Le combat pour la contraception et la dépénalisation de l'avortement qui se déroule à partir des années 1960 du siècle passé s'inscrit sur cette toile de fond. En disant que leur ventre leur appartient, les femmes qui mènent cette bataille disent certes qu'il n'appartient pas à la lignée paternelle mais elles proclament surtout qu'il n'est ni à l'armée ni à l'Eglise. Le Planning familial, né dans les années 1960, mène un combat pour la privatisation des choix de procréation dont les tenants et les aboutissants auraient sans doute échappé aux bourgeoises de Genève qui, au XVIIe siècle, se sont mises, sans rien demander à personne d'autre qu'à leur mari, à limiter la durée de leur carrière maternelle.
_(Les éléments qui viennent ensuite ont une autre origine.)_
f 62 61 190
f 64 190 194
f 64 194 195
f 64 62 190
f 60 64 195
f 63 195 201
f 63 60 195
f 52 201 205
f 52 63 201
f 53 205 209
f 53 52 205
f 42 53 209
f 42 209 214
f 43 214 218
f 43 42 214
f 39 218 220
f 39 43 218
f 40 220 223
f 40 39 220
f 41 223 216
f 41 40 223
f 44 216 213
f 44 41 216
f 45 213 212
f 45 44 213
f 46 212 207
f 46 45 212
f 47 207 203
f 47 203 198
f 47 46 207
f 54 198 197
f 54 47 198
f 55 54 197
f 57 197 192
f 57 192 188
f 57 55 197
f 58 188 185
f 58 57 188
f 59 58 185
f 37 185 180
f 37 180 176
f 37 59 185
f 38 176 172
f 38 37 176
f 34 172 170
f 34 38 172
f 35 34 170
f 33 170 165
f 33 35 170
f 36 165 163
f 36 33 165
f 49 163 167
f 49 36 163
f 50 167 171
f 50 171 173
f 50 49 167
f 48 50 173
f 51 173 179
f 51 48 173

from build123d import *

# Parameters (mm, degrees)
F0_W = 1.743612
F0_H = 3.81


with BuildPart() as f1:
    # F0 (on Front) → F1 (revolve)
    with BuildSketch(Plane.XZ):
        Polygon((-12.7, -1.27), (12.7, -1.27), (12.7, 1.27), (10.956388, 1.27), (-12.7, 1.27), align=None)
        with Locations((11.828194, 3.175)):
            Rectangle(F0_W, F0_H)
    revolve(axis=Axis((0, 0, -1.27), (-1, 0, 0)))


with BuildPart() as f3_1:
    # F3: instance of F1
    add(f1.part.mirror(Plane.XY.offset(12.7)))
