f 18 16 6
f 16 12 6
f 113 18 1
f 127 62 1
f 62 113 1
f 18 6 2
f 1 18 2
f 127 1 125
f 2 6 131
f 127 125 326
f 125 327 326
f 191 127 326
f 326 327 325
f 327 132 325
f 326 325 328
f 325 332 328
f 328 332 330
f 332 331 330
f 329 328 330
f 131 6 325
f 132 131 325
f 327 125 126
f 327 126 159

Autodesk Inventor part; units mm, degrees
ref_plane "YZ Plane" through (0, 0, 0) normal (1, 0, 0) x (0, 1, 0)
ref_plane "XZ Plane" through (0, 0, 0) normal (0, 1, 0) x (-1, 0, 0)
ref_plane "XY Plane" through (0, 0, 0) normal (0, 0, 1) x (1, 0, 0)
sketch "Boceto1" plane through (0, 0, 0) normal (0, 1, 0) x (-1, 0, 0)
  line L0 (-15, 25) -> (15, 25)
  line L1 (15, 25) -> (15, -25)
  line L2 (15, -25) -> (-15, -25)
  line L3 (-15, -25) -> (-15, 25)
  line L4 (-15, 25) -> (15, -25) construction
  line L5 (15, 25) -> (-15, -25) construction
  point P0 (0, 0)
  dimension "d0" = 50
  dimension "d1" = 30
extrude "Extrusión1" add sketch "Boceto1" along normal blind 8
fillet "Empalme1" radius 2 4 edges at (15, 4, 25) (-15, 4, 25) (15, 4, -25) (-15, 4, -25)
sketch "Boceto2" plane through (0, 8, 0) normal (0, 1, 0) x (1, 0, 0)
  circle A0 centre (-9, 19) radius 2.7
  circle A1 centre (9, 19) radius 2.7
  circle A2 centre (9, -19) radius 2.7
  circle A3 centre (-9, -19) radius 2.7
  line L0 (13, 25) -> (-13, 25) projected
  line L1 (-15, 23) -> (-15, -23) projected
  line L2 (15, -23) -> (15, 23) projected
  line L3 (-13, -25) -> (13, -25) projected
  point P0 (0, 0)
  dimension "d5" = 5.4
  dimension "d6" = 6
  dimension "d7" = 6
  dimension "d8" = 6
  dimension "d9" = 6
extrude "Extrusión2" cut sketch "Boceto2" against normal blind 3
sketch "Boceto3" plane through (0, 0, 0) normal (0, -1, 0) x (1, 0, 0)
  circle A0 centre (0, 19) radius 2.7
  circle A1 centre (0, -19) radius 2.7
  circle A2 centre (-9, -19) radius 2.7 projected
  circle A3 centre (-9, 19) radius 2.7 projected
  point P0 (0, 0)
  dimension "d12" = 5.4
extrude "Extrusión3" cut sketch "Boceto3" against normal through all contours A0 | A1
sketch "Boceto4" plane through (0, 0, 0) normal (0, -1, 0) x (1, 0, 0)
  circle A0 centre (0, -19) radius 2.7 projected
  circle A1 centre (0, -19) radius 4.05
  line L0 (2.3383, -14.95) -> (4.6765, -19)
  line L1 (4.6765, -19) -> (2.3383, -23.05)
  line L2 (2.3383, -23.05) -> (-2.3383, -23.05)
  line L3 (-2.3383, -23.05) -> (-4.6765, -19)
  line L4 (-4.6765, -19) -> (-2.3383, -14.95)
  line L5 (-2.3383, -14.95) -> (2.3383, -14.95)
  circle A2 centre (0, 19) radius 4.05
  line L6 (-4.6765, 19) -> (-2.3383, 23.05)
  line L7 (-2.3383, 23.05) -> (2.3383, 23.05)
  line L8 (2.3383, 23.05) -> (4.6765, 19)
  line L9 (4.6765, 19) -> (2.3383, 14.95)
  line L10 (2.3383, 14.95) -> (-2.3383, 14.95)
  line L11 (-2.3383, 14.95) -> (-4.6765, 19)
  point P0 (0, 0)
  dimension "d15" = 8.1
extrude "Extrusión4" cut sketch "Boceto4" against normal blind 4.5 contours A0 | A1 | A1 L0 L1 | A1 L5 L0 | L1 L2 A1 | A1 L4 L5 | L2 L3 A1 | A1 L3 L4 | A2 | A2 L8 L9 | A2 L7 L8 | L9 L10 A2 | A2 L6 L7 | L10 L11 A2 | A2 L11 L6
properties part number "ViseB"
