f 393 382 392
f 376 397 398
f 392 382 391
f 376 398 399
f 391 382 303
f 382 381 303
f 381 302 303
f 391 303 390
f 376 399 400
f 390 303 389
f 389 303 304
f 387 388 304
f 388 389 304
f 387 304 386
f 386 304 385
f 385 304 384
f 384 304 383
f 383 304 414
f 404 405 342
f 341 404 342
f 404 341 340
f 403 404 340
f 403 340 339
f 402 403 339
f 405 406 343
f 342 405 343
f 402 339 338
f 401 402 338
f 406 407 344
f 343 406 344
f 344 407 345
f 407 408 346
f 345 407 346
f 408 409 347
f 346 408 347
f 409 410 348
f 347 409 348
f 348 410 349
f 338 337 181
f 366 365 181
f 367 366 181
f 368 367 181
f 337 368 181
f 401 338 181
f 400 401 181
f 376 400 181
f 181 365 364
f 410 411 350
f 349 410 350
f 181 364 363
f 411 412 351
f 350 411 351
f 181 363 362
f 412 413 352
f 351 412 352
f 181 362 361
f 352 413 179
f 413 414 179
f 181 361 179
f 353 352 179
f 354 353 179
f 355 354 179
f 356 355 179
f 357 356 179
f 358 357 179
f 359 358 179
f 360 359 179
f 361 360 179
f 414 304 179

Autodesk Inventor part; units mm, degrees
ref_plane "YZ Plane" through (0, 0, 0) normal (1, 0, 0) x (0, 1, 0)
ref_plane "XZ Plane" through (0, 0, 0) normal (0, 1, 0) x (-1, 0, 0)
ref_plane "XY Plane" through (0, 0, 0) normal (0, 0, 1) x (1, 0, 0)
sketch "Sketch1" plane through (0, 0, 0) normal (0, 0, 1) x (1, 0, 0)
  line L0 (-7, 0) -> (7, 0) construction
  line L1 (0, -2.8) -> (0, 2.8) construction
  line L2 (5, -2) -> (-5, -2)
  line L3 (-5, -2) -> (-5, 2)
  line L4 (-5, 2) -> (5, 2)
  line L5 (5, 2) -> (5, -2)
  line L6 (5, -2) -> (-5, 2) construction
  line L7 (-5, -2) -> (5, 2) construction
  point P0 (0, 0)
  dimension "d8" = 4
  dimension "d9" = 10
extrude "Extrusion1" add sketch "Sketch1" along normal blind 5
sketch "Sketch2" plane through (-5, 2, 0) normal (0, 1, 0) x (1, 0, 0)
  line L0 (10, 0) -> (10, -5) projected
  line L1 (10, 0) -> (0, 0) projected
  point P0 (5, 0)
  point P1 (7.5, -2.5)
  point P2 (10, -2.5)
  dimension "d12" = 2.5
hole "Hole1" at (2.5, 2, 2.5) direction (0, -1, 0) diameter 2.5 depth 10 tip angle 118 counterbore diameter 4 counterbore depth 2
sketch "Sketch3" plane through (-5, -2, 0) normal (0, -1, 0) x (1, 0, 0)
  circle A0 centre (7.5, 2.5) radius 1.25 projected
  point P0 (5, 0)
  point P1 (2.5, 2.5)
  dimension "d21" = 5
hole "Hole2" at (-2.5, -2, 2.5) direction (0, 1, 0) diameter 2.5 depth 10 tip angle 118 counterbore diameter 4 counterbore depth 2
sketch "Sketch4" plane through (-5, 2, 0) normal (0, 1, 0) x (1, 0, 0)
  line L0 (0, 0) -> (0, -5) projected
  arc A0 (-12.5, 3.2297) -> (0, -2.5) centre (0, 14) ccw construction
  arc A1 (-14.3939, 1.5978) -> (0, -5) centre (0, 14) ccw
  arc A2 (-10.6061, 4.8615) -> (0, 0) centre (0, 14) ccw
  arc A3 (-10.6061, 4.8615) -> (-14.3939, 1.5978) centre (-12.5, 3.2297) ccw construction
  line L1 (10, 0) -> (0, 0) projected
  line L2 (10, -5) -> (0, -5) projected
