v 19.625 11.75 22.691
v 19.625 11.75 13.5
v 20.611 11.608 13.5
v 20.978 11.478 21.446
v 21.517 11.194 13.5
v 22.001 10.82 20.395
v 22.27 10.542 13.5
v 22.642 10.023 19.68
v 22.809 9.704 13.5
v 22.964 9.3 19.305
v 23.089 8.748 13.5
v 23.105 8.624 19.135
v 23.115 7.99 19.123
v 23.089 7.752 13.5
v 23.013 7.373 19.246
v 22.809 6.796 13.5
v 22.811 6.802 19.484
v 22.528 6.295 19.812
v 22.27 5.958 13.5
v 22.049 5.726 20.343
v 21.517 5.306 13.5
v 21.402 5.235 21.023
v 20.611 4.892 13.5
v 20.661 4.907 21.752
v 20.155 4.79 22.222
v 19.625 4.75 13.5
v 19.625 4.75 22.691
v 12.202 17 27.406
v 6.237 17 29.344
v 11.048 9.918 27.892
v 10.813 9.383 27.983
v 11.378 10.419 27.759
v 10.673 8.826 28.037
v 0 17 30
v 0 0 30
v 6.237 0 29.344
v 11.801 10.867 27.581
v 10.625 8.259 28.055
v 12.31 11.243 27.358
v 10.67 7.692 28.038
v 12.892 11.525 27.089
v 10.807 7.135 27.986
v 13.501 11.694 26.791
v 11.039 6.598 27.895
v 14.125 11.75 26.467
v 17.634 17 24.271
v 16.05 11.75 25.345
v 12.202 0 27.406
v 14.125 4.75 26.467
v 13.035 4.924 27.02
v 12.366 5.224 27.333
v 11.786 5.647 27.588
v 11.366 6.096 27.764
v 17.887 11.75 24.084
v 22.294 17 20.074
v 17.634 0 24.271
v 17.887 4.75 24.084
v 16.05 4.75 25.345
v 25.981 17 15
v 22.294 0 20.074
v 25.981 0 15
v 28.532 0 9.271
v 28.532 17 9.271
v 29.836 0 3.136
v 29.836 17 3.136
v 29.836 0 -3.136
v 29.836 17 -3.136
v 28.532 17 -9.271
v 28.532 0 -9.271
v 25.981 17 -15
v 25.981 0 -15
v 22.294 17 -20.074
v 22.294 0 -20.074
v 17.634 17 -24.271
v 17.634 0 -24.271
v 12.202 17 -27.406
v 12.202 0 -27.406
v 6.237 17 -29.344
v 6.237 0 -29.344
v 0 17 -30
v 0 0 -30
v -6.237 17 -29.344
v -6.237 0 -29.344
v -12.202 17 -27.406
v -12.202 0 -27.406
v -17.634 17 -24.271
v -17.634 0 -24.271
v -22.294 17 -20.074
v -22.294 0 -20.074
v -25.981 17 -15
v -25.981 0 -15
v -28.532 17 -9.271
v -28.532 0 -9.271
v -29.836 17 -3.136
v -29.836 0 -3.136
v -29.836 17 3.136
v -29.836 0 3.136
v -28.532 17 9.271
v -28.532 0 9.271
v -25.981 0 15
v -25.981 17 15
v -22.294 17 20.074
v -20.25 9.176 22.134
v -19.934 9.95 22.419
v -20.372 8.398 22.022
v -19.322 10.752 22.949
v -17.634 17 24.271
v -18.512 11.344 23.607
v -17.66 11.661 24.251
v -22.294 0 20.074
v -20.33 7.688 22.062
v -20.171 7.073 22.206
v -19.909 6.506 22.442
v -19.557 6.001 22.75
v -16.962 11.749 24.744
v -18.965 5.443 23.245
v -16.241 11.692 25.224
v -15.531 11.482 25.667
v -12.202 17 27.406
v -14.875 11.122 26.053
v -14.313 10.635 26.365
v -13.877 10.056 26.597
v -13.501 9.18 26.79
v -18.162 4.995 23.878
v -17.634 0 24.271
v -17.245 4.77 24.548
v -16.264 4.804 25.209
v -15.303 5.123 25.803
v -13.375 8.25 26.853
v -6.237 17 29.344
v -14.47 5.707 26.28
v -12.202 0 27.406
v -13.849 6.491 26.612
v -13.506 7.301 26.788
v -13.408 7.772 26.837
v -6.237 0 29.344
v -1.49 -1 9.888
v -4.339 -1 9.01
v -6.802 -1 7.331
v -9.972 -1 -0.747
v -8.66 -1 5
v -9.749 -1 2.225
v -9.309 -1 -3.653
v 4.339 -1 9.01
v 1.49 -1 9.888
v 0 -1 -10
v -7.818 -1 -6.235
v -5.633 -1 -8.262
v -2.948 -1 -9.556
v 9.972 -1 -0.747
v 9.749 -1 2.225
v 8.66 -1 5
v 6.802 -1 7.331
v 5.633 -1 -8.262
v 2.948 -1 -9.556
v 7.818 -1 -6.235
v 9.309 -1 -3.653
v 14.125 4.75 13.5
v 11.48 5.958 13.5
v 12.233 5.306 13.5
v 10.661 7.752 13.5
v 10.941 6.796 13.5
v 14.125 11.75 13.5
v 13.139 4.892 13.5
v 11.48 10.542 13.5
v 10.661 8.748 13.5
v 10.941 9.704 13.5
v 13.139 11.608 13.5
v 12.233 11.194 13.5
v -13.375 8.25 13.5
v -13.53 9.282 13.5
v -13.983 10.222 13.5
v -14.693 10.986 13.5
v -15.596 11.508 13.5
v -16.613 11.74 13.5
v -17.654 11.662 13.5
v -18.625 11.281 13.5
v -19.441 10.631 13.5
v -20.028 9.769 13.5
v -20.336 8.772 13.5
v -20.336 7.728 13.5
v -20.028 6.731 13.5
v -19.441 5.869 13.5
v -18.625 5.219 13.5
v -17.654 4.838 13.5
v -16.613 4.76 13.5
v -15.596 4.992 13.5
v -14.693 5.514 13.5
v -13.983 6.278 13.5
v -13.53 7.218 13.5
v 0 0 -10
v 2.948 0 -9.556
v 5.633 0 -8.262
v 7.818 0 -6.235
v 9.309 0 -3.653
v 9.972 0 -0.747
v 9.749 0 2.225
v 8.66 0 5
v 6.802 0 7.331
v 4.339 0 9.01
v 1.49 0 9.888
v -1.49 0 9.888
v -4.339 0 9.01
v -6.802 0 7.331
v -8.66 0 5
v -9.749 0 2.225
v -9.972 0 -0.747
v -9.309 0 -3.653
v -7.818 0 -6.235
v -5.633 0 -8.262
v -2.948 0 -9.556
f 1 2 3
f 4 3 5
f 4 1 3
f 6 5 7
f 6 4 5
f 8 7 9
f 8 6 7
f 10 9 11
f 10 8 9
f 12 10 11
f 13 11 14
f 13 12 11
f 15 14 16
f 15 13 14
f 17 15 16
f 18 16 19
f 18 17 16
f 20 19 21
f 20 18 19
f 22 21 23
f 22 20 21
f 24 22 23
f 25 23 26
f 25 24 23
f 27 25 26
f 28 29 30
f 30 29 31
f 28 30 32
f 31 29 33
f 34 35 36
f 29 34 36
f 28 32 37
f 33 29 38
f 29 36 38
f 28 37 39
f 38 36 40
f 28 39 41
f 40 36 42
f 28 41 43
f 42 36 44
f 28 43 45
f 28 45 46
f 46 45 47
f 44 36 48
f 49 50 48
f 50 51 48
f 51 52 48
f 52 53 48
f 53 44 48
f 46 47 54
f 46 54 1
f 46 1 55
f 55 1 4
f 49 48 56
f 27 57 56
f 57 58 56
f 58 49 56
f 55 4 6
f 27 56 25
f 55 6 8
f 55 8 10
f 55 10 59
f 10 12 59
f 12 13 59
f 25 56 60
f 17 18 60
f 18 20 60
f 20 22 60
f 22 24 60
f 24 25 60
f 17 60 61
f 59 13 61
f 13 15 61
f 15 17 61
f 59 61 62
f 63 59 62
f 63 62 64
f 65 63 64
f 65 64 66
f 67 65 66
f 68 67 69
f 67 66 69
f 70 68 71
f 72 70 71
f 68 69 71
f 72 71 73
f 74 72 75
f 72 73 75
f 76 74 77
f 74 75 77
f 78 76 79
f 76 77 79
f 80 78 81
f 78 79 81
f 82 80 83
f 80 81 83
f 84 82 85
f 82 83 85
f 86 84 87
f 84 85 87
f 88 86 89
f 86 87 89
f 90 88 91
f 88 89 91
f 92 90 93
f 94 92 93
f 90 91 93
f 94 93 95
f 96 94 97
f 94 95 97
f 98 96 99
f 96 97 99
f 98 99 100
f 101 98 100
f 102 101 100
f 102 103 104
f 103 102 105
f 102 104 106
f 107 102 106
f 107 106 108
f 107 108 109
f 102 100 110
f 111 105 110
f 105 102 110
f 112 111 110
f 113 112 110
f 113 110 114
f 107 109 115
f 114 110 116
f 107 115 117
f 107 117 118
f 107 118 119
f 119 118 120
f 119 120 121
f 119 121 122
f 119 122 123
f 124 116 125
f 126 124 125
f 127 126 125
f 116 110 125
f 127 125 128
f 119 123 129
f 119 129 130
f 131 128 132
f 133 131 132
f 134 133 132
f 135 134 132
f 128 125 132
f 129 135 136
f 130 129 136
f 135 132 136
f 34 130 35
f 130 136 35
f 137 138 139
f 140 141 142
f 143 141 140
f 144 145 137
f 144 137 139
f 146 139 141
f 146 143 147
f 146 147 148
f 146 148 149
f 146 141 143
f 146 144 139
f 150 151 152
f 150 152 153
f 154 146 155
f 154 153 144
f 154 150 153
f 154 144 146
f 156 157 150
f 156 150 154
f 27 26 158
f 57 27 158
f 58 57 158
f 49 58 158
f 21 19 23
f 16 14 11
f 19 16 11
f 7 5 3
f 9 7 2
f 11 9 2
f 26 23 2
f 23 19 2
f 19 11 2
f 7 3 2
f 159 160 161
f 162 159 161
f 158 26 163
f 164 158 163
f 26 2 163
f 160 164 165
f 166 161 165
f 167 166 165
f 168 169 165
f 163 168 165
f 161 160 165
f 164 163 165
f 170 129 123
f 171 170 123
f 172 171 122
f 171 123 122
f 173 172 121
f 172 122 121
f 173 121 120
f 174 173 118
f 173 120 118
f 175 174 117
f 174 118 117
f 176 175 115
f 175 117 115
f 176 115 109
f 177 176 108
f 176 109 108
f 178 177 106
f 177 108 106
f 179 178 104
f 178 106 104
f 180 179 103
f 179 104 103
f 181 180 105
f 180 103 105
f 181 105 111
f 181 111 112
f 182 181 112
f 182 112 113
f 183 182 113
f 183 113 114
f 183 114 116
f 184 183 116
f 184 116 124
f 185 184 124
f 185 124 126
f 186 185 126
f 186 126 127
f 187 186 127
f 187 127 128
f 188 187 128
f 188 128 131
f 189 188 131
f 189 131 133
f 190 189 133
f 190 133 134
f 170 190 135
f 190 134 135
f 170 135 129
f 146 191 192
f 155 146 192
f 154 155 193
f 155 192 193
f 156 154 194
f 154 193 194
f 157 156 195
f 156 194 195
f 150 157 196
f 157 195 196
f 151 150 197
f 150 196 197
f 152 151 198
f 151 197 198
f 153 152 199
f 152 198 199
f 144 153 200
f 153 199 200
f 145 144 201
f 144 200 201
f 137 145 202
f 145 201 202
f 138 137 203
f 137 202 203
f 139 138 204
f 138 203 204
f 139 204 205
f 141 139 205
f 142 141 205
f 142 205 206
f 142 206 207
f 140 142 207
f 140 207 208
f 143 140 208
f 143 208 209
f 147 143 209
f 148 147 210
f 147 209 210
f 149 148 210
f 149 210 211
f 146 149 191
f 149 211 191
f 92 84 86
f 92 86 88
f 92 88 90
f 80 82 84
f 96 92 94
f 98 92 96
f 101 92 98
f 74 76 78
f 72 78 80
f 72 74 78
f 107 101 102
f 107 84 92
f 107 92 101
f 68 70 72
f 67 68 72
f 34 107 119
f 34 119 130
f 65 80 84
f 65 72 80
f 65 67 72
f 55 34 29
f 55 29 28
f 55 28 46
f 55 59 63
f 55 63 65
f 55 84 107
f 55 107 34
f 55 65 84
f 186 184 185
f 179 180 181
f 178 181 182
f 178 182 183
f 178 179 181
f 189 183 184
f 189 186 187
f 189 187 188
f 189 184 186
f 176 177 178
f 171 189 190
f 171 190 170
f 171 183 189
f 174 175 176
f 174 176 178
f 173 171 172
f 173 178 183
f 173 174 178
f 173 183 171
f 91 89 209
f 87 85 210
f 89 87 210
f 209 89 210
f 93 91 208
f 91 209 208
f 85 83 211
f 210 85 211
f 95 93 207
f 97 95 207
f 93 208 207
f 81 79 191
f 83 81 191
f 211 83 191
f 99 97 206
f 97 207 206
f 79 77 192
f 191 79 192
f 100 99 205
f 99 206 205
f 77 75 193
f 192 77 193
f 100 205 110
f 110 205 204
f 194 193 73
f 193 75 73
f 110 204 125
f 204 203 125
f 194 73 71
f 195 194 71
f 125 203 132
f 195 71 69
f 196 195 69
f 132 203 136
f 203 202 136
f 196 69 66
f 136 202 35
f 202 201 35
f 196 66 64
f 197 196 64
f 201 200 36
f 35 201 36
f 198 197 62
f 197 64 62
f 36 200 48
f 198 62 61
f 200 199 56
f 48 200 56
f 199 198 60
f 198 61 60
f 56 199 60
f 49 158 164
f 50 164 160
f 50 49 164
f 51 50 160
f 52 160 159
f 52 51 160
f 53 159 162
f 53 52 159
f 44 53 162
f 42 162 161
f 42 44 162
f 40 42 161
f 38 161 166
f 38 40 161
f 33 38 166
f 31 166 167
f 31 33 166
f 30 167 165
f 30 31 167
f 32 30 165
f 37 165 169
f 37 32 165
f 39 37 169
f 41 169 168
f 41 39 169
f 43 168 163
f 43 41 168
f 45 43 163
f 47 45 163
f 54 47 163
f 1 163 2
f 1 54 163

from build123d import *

# Parameters (mm, degrees)
SKETCH1_R           = 30
BOSS_EXTRUDE1_DEPTH = 17
SKETCH2_R           = 3.5
CUT_EXTRUDE1_DEPTH  = 16.5
SKETCH3_R           = 10
BOSS_EXTRUDE2_DEPTH = 1


with BuildPart() as part:
    # Sketch1 → Boss-Extrude1 (new body)
    with BuildSketch(Plane(origin=(0, 0, 0), x_dir=(1, 0, 0), z_dir=(0, 1, 0))):
        with Locations(Location((0, 0, 0), (0, 0, 270))):
            Circle(SKETCH1_R)
    extrude(amount=BOSS_EXTRUDE1_DEPTH)

    # Sketch2 → Cut-Extrude1 (cut)
    with BuildSketch(Plane.XY.offset(30)):
        with Locations((-16.875, 8.25)):
            Circle(SKETCH2_R)
        with BuildLine():
            Line((14.125, 11.75), (19.625, 11.75))
            ThreePointArc((19.625, 11.75), (23.125, 8.25), (19.625, 4.75))
            Line((19.625, 4.75), (14.125, 4.75))
            ThreePointArc((14.125, 4.75), (10.625, 8.25), (14.125, 11.75))
        make_face()
    extrude(amount=-CUT_EXTRUDE1_DEPTH, mode=Mode.SUBTRACT)

    # Sketch3 → Boss-Extrude2 (add)
    with BuildSketch(Plane.XZ):
        with Locations(Location((0, 0, 0), (0, 0, 270))):
            Circle(SKETCH3_R)
    extrude(amount=BOSS_EXTRUDE2_DEPTH)


solid = part.part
• Une question de délais...
De façon significative, on peine longtemps à distinguer dans cet affrontement deux fronts pourtant distincts: celui de la contraception, où ne s'opposent que les intérêts de l'Etat et ceux des individus, et celui de l'avortement où se jouent également les droits d'un tiers longtemps aussi instrumentalisé d'un côté que de l'autre: le fœtus. La solution dite «des délais», qui s'impose en France dès 1975 et en Suisse en 2002, se veut pragmatique. Elle rappelle, avec des différences substantielles, la position ambiguë des pères de l'Eglise sur le statut de l'embryon. Mais beaucoup de signes donnent à penser qu'il pourrait s'agir d'un arbitrage provisoire. Car le fœtus, si l'on ose dire, n'est pas resté inactif. Photographié sur papier glacé à tous les stades de son développement, épié de façon toujours plus performante par les machines à ultrasons, il accède toujours plus tôt, du moins au cours des grossesses désirées, à une forme élaborée de personnalité. Les progrès de la procréation assistée d'un côté, ceux de la médecine des grands prématurés de l'autre rognent aux deux extrémités la part de sa vie qui se développe dans le secret et la dépendance de la matrice maternelle. Ses maladies et ses imperfections peuvent être dépistées et parfois soignées en nombre croissant. Les motifs d'interrompre sa croissance, y compris aux alentours de la frontière mouvante qui définit sa viabilité hors de l'utérus, se multiplient.

• ... et d'amour.
Le recul de cette frontière remet en question les solutions purement temporelles au problème de l'avortement thérapeutique. Et cette remise en cause laisse réapparaître une vérité immémoriale: le début d'une destinée humaine se noue là où se rencontrent la chance biologique de la survie et le désir plus ou moins actif d'une société, d'une famille ou d'un individu prêts à l'accueillir. Le fœtus, en somme, est un sujet d'histoire comme un autre. Qui vient d'accéder au salut. En 2007, l'Eglise catholique lui a officiellement ouvert les portes du paradis. Suivant un souhait exprimé par Benoît XVI alors qu'il n'était que cardinal, la Commission théologique internationale a jugé que le limbe des nouveau-nés reflétait «une vision trop restrictive du salut» et estimé qu'il existe «des bases théologiques et liturgiques sérieuses pour espérer que, lorsqu'ils meurent, les bébés non baptisés sont sauvés».